Within the records below is a range that opens at the line with "#14=VERTEX_POINT('',#13);" and closes at the line with "#22=CARTESIAN_POINT('',(2.05,4.,0.));". Return that range word for word, both ends included, and only that range.

[Collected data entries]
::::
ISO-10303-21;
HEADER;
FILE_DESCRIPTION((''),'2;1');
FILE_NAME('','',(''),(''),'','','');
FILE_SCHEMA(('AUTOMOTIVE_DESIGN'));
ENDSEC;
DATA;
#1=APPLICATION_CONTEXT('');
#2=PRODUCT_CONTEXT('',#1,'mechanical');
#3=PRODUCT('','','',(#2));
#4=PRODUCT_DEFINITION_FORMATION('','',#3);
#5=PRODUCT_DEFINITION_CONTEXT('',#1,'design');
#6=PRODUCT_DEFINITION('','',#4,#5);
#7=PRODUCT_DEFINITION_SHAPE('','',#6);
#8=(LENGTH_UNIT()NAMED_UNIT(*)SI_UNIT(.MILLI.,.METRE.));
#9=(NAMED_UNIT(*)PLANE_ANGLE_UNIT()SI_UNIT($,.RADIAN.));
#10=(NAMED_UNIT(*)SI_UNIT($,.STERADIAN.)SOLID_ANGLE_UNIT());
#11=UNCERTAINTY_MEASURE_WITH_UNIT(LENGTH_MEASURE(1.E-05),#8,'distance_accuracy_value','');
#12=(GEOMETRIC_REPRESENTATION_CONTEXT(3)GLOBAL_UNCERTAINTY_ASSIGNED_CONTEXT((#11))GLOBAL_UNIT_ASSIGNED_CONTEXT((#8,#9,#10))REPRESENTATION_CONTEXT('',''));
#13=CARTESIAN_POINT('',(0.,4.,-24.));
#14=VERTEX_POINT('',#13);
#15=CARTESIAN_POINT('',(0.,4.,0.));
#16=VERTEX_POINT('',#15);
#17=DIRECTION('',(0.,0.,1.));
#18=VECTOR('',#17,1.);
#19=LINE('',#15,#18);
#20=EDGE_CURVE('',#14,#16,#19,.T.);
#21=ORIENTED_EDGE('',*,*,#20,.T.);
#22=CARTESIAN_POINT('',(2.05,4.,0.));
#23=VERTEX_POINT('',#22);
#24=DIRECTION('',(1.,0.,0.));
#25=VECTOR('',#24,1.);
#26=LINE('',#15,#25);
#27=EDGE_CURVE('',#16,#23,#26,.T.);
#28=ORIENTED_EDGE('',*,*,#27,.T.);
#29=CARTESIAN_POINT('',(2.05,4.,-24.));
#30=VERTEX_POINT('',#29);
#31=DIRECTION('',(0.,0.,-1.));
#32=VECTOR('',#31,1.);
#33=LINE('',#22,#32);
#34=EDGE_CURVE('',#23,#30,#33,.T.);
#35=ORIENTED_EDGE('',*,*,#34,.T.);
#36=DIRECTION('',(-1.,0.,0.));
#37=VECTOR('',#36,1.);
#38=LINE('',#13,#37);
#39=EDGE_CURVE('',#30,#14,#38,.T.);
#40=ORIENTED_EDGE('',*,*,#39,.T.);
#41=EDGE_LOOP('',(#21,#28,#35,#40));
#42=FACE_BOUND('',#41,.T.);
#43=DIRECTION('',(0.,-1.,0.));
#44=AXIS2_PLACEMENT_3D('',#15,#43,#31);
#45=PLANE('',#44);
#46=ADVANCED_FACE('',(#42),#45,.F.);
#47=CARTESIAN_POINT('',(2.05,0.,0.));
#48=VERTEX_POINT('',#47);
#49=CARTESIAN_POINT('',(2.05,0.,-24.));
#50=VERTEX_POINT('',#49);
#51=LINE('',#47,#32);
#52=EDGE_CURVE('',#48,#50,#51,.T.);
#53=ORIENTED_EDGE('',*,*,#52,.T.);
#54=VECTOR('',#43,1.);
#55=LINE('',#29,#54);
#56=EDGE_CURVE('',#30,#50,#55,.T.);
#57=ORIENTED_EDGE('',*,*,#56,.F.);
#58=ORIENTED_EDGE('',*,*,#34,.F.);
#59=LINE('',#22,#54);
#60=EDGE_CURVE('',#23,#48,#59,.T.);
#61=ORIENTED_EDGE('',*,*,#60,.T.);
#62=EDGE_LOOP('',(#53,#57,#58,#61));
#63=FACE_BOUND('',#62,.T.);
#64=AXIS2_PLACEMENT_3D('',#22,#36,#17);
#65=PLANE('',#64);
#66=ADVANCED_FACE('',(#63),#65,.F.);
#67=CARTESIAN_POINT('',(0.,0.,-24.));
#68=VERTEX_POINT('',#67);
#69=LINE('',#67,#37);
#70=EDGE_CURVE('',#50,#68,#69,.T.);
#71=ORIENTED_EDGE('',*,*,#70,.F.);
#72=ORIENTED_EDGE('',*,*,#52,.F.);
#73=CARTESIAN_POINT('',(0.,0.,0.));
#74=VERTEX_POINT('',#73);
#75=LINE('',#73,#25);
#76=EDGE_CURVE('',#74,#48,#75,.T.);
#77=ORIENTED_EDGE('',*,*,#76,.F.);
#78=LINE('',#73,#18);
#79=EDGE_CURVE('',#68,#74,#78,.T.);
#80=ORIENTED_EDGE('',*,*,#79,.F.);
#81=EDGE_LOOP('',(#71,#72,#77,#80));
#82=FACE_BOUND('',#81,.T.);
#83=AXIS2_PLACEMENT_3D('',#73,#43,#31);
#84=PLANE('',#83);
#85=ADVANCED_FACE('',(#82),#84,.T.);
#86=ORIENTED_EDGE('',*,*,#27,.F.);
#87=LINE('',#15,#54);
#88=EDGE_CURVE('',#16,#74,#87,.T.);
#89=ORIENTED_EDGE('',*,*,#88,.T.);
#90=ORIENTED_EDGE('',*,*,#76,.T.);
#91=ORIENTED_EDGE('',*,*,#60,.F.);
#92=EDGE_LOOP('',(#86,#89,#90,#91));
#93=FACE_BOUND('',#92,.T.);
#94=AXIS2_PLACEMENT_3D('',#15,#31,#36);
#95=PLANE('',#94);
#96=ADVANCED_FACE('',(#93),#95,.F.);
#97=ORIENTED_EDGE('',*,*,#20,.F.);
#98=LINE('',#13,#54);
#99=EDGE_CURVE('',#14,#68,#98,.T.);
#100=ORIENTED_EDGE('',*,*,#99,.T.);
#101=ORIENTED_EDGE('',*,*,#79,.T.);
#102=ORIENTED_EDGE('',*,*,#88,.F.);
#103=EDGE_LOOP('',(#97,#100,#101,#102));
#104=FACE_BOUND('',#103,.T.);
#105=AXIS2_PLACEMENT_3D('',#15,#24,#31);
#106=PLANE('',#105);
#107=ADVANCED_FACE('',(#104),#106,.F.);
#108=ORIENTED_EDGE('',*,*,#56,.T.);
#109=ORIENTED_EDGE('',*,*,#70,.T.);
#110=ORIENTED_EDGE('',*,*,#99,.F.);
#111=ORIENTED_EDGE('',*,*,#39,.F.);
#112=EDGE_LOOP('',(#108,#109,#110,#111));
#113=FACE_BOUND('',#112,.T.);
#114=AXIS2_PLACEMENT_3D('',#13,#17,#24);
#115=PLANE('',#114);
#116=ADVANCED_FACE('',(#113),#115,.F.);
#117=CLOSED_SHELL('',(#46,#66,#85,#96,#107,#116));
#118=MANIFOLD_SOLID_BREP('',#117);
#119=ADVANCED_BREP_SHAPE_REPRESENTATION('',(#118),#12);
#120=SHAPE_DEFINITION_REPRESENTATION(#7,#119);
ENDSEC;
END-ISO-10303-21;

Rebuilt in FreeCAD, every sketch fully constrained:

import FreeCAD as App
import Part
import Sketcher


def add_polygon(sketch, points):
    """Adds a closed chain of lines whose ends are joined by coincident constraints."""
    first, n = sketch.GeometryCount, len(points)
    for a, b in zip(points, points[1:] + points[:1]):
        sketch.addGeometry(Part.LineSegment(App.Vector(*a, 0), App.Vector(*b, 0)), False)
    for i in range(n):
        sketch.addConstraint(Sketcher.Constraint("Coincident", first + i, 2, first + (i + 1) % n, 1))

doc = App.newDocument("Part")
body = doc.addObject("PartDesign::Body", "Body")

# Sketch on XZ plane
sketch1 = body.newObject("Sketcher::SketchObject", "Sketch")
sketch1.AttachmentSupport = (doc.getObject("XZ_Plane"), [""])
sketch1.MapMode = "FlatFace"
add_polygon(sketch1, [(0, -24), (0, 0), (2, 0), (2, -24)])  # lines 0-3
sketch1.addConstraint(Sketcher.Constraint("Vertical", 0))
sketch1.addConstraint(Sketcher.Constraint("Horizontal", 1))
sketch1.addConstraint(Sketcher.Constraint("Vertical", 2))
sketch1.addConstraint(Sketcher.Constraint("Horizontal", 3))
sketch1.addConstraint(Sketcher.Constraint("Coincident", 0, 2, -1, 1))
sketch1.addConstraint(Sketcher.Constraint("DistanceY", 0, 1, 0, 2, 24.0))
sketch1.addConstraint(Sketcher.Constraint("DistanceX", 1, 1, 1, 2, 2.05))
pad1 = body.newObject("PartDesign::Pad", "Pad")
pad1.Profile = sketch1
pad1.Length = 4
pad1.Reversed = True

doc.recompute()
::::
EXERCISE SOLUTION.
#14=VERTEX_POINT('',#13);
#15=CARTESIAN_POINT('',(0.,4.,0.));
#16=VERTEX_POINT('',#15);
#17=DIRECTION('',(0.,0.,1.));
#18=VECTOR('',#17,1.);
#19=LINE('',#15,#18);
#20=EDGE_CURVE('',#14,#16,#19,.T.);
#21=ORIENTED_EDGE('',*,*,#20,.T.);
#22=CARTESIAN_POINT('',(2.05,4.,0.));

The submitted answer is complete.